Refer to the photo. The black centimeter cube is shown for scale and is not included. You are purchasing a small fragment similar to the one shown. Your purchase will include an ID label and gemjar.

From the Meteoritical Bulletin entry on Benenitra :

Benenitra        23°26.786’S, 45°4.692’E

Toliara, Madagascar

Confirmed fall: 27 July 2018

Classification: Ordinary chondrite (L6)

History: Reports of a meteor that detonated in a loud explosion, and stones falling from the sky into the town of Benenitra (pop. ~30,000) on the evening of July 27, 2018, were received by a visiting geologist, Timothy Marais, on July 30, 2018. He was shown photographs and several small fragments, two of which he purchased, weighing 99 and 14 g. Roger Gibson and Lewis Ashwal in the School of Geosciences at the University of the Witwatersrand confirmed a meteorite origin for these specimens using petrographic analysis and EMPA. Confirmation of the date and time of the fall was obtained independently when an upper atmosphere infrasound event was identified on a bearing south-southwest of the CTBTO station IS33 near Antananarivo, Madagascar, at 17h16 GMT on July 27 by Dr. Andry Ramanantsoa (Laboratory of Seismology and Infrasound, University of Antananrivo). A weak ground tremor at approximately 17h17 GMT was identified in the data from the seismograph at the Sakaraha (SKRH) station approximately 80 km northwest of Benenitra by Dr Ranto Raveloson (Wits), and was interpreted to be related to the airburst. Magnetic susceptibility measurements were performed by Prof. Susan Webb (Wits).
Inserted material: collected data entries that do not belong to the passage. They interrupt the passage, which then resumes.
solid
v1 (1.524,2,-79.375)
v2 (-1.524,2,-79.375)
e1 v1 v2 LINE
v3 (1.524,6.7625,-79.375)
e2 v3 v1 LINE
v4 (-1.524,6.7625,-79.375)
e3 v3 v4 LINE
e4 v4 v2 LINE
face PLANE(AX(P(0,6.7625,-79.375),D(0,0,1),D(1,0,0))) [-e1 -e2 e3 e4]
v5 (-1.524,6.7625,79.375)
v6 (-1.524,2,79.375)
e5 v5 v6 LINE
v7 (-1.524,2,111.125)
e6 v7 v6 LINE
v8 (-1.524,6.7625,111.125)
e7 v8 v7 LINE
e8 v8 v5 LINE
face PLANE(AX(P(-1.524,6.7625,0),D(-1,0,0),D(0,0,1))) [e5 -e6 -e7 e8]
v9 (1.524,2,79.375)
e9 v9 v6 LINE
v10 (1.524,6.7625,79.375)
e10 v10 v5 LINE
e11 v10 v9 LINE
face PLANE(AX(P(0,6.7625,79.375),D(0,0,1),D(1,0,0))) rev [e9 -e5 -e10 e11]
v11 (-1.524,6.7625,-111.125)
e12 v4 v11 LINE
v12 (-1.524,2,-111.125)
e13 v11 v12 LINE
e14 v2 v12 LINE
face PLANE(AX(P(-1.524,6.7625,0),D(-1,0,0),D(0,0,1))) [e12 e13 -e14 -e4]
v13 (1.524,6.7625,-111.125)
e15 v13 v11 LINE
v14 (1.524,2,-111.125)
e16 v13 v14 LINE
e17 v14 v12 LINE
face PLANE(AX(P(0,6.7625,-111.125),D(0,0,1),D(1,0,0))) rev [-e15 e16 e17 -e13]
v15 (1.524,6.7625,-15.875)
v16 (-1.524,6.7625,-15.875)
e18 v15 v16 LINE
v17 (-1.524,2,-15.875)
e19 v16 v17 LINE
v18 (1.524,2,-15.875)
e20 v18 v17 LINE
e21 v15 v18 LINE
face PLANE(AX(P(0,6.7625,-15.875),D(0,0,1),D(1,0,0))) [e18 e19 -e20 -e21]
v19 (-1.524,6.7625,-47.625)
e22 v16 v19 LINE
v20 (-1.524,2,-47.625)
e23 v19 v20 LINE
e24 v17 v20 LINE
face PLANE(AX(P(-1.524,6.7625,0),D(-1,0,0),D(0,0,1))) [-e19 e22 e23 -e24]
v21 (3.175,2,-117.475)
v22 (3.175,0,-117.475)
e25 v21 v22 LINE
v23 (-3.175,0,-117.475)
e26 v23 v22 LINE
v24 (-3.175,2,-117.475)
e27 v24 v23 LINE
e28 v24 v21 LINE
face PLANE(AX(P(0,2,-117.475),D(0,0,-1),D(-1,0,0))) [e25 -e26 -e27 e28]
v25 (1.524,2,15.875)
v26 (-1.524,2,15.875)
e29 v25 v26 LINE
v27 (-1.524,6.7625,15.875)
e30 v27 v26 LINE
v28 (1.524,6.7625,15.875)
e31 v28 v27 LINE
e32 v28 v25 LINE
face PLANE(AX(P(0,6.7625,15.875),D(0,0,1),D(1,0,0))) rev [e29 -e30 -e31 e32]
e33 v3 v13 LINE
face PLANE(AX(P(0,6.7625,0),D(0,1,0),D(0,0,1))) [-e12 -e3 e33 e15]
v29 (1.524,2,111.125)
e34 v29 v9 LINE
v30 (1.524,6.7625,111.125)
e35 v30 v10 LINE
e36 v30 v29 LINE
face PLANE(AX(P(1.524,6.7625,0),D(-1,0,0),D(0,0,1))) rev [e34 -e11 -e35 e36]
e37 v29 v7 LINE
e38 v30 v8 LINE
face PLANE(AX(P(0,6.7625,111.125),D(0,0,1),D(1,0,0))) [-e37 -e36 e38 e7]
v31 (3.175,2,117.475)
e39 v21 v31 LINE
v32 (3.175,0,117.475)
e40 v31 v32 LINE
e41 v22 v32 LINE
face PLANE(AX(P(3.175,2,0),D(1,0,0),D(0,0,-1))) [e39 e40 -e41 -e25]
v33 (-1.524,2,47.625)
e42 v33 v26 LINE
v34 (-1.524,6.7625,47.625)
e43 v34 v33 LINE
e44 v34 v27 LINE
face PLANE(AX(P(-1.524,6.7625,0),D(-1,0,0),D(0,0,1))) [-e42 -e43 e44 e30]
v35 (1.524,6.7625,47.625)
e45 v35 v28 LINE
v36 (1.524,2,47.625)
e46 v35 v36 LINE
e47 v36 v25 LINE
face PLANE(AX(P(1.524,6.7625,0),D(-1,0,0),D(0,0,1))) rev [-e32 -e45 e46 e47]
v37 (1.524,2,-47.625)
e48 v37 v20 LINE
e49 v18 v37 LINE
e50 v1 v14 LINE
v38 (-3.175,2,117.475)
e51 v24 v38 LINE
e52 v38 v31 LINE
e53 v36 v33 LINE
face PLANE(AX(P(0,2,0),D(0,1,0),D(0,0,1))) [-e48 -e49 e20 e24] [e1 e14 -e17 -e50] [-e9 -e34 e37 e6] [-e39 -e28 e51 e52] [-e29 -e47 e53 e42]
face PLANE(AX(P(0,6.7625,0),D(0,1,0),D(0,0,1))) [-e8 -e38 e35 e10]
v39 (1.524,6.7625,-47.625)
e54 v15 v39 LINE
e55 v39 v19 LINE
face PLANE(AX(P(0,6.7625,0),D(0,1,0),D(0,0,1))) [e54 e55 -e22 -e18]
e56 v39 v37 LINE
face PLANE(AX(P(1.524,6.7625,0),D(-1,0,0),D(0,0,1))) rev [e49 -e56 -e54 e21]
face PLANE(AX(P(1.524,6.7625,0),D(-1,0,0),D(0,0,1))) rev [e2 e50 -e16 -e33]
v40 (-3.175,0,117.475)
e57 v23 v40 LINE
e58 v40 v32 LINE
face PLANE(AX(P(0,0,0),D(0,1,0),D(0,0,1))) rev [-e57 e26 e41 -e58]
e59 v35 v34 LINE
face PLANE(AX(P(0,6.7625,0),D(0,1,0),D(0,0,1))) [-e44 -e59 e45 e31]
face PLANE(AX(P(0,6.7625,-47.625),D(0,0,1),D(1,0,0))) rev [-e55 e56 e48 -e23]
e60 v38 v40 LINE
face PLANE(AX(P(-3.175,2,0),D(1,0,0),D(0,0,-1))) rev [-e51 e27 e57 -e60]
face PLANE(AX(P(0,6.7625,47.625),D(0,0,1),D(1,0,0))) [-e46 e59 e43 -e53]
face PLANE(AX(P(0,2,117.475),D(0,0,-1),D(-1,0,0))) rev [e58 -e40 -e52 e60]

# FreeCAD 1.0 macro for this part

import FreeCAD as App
import Part
import Sketcher
from FreeCAD import Vector
Q = App.Units.Quantity

doc = App.newDocument("Part")
body = doc.addObject("PartDesign::Body", "Body")

# Sketch on XZ plane
sketch1 = body.newObject("Sketcher::SketchObject", "Sketch")
sketch1.AttachmentSupport = (doc.getObject("XZ_Plane"), [""])
sketch1.MapMode = "FlatFace"
sketch1.addGeometry([
    Part.LineSegment(Vector(3, -117, 0), Vector(-3, -117, 0)),
    Part.LineSegment(Vector(-3, -117, 0), Vector(-3, 117, 0)),
    Part.LineSegment(Vector(-3, 117, 0), Vector(3, 117, 0)),
    Part.LineSegment(Vector(3, 117, 0), Vector(3, -117, 0)),
], False)
sketch1.addConstraint([
    Sketcher.Constraint("Coincident", 0, 2, 1, 1),
    Sketcher.Constraint("Coincident", 1, 2, 2, 1),
    Sketcher.Constraint("Coincident", 2, 2, 3, 1),
    Sketcher.Constraint("Coincident", 3, 2, 0, 1),
    Sketcher.Constraint("Horizontal", 0),
    Sketcher.Constraint("Vertical", 1),
    Sketcher.Constraint("Horizontal", 2),
    Sketcher.Constraint("Vertical", 3),
    Sketcher.Constraint("Symmetric", 0, 2, 2, 2, -1, 1),
    Sketcher.Constraint("DistanceX", 0, 2, 0, 1, Q("0.25 in")),
    Sketcher.Constraint("DistanceY", 1, 1, 1, 2, Q("9.25 in")),
])
pad1 = body.newObject("PartDesign::Pad", "Pad")
pad1.Profile = sketch1
pad1.Length = 2
pad1.Reversed = True

# Sketch on XZ plane
sketch2 = body.newObject("Sketcher::SketchObject", "Sketch001")
sketch2.AttachmentSupport = (doc.getObject("XZ_Plane"), [""])
sketch2.MapMode = "FlatFace"
sketch2.AttachmentOffset = App.Placement(Vector(0, 0, -2), App.Rotation())
sketch2.addGeometry([
    Part.LineSegment(Vector(1.5, -79.4, 0), Vector(1.5, -111.1, 0)),  # 0
    Part.LineSegment(Vector(1.5, -111.1, 0), Vector(-1.5, -111.1, 0)),  # 1
    Part.LineSegment(Vector(-1.5, -111.1, 0), Vector(-1.5, -79.4, 0)),  # 2
    Part.LineSegment(Vector(-1.5, -79.4, 0), Vector(1.5, -79.4, 0)),  # 3
    Part.LineSegment(Vector(1.5, -15.9, 0), Vector(1.5, -47.6, 0)),  # 4
    Part.LineSegment(Vector(1.5, -47.6, 0), Vector(-1.5, -47.6, 0)),  # 5
    Part.LineSegment(Vector(-1.5, -47.6, 0), Vector(-1.5, -15.9, 0)),  # 6
    Part.LineSegment(Vector(-1.5, -15.9, 0), Vector(1.5, -15.9, 0)),  # 7
    Part.LineSegment(Vector(1.5, 47.6, 0), Vector(1.5, 15.9, 0)),  # 8
    Part.LineSegment(Vector(1.5, 15.9, 0), Vector(-1.5, 15.9, 0)),  # 9
    Part.LineSegment(Vector(-1.5, 15.9, 0), Vector(-1.5, 47.6, 0)),  # 10
    Part.LineSegment(Vector(-1.5, 47.6, 0), Vector(1.5, 47.6, 0)),  # 11
    Part.LineSegment(Vector(1.5, 111.1, 0), Vector(1.5, 79.4, 0)),  # 12
    Part.LineSegment(Vector(1.5, 79.4, 0), Vector(-1.5, 79.4, 0)),  # 13
    Part.LineSegment(Vector(-1.5, 79.4, 0), Vector(-1.5, 111.1, 0)),  # 14
    Part.LineSegment(Vector(-1.5, 111.1, 0), Vector(1.5, 111.1, 0)),  # 15
], False)
sketch2.addConstraint([
    Sketcher.Constraint("Coincident", 0, 2, 1, 1),
    Sketcher.Constraint("Coincident", 1, 2, 2, 1),
    Sketcher.Constraint("Coincident", 2, 2, 3, 1),
    Sketcher.Constraint("Coincident", 3, 2, 0, 1),
    Sketcher.Constraint("Coincident", 4, 2, 5, 1),
    Sketcher.Constraint("Coincident", 5, 2, 6, 1),
    Sketcher.Constraint("Coincident", 6, 2, 7, 1),
    Sketcher.Constraint("Coincident", 7, 2, 4, 1),
    Sketcher.Constraint("Coincident", 8, 2, 9, 1),
    Sketcher.Constraint("Coincident", 9, 2, 10, 1),
    Sketcher.Constraint("Coincident", 10, 2, 11, 1),
    Sketcher.Constraint("Coincident", 11, 2, 8, 1),
    Sketcher.Constraint("Coincident", 12, 2, 13, 1),
    Sketcher.Constraint("Coincident", 13, 2, 14, 1),
    Sketcher.Constraint("Coincident", 14, 2, 15, 1),
    Sketcher.Constraint("Coincident", 15, 2, 12, 1),
    Sketcher.Constraint("Vertical", 0),
    Sketcher.Constraint("Horizontal", 1),
    Sketcher.Constraint("Vertical", 2),
    Sketcher.Constraint("Horizontal", 3),
    Sketcher.Constraint("Vertical", 4),
    Sketcher.Constraint("Horizontal", 5),
    Sketcher.Constraint("Vertical", 6),
    Sketcher.Constraint("Horizontal", 7),
    Sketcher.Constraint("Vertical", 8),
    Sketcher.Constraint("Horizontal", 9),
    Sketcher.Constraint("Vertical", 10),
    Sketcher.Constraint("Horizontal", 11),
    Sketcher.Constraint("Vertical", 12),
    Sketcher.Constraint("Horizontal", 13),
    Sketcher.Constraint("Vertical", 14),
    Sketcher.Constraint("Horizontal", 15),
    Sketcher.Constraint("Symmetric", 6, 2, 8, 2, -1, 1),
    Sketcher.Constraint("Symmetric", 4, 2, 10, 2, -1, 1),
    Sketcher.Constraint("Symmetric", 2, 2, 12, 2, -1, 1),
    Sketcher.Constraint("Symmetric", 0, 2, 14, 2, -1, 1),
    Sketcher.Constraint("Vertical", 3, 2, 4, 2),
    Sketcher.Constraint("Vertical", 2, 2, 5, 2),
    Sketcher.Constraint("Vertical", 7, 2, 8, 2),
    Sketcher.Constraint("Equal", 2, 4),
    Sketcher.Constraint("DistanceX", 1, 2, 1, 1, Q("0.12 in")),
    Sketcher.Constraint("DistanceY", 0, 2, 0, 1, Q("1.25 in")),
    Sketcher.Constraint("DistanceY", 0, 2, 4, 2, Q("2.5 in")),
    Sketcher.Constraint("DistanceY", 4, 2, 8, 2, Q("2.5 in")),
])
pad2 = body.newObject("PartDesign::Pad", "Pad001")
pad2.Profile = sketch2
pad2.Length = Q("0.1875 in")
pad2.Reversed = True

doc.recompute()
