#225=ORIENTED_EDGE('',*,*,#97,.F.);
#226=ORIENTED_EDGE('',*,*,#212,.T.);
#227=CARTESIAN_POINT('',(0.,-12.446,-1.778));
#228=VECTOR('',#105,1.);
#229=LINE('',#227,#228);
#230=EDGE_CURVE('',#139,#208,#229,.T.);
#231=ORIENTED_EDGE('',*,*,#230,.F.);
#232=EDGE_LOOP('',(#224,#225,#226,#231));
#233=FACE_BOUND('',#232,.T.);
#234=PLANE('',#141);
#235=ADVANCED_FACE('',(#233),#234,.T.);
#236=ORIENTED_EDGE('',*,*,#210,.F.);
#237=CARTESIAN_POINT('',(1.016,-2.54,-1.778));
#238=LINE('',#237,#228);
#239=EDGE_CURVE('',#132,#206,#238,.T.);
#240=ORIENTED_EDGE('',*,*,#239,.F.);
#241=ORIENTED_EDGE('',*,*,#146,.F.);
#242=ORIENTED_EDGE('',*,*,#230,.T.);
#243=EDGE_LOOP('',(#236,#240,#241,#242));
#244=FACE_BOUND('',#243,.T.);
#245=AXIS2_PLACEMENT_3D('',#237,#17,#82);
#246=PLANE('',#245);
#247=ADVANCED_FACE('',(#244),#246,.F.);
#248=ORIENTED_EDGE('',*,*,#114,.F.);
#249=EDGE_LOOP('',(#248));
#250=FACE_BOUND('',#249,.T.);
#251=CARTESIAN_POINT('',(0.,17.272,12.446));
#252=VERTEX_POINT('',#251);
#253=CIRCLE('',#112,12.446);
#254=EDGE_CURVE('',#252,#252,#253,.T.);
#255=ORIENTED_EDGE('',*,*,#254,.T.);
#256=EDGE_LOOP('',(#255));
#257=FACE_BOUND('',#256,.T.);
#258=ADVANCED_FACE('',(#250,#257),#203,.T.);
Physical characteristics: Two broken fragments containing small remnants of bluish-black to brown-black fusion crust and weighing 14 g and 82 g (after thin sectioning) consist of a light-gray matrix with disseminated metal (<1 mm) and some visible chondrules (<5 mm). The edge of the larger fragment, which contains a thin (<0.5 mm), dark-gray melt vein, was sectioned. Photographs taken by local residents show more than a dozen other fragments ranging in mass from ~100-1000 g; these show mostly intact fusion crusts with only limited chipping of edges. Samples range from subangular to subrounded to disc-shaped, with both sharp and rounded edges. Fusion crusts on these samples are generally smooth, with a few shallow regmaglypts.

Petrography: (L.D. Ashwal and R.L. Gibson, Wits) Modal abundances: 50% olivine, 25% low-Ca pyroxene, 5% high-Ca pyroxene, 10% feldspar, 7% troilite, 2% kamacite, 1% taenite, and trace amounts of chromite and a silica-rich phase. Recognizable chondrules range in size between 1 and 4.5 mm in diameter, and include porphyritic olivine and/or pyroxene, barred olivine, radial pyroxene and cryptocrystalline types, although their original textures have been variably modified by secondary thermal effects. Feldspar is almost entirely crystalline, and occurs as irregular grains up to 100 μm across, many of which display twinning. Pyroxenes are untwinned, and most grains exhibit straight extinction, although minor undulatory extinction is present in some grains. Low-Ca pyroxene shows parallel extinction with respect to cleavage traces. High-Ca pyroxene occurs as irregular grains up to 20 μm across; exsolution lamellae were observed in a few grains. Shock features include planar and irregular fractures in olivine, undulatory extinction in feldspar and pyroxenes, and anastomosing opaque shock veins up to 75 μm thick.

Classification: Ordinary chondrite (L6), Shock level S3, Weathering level W0.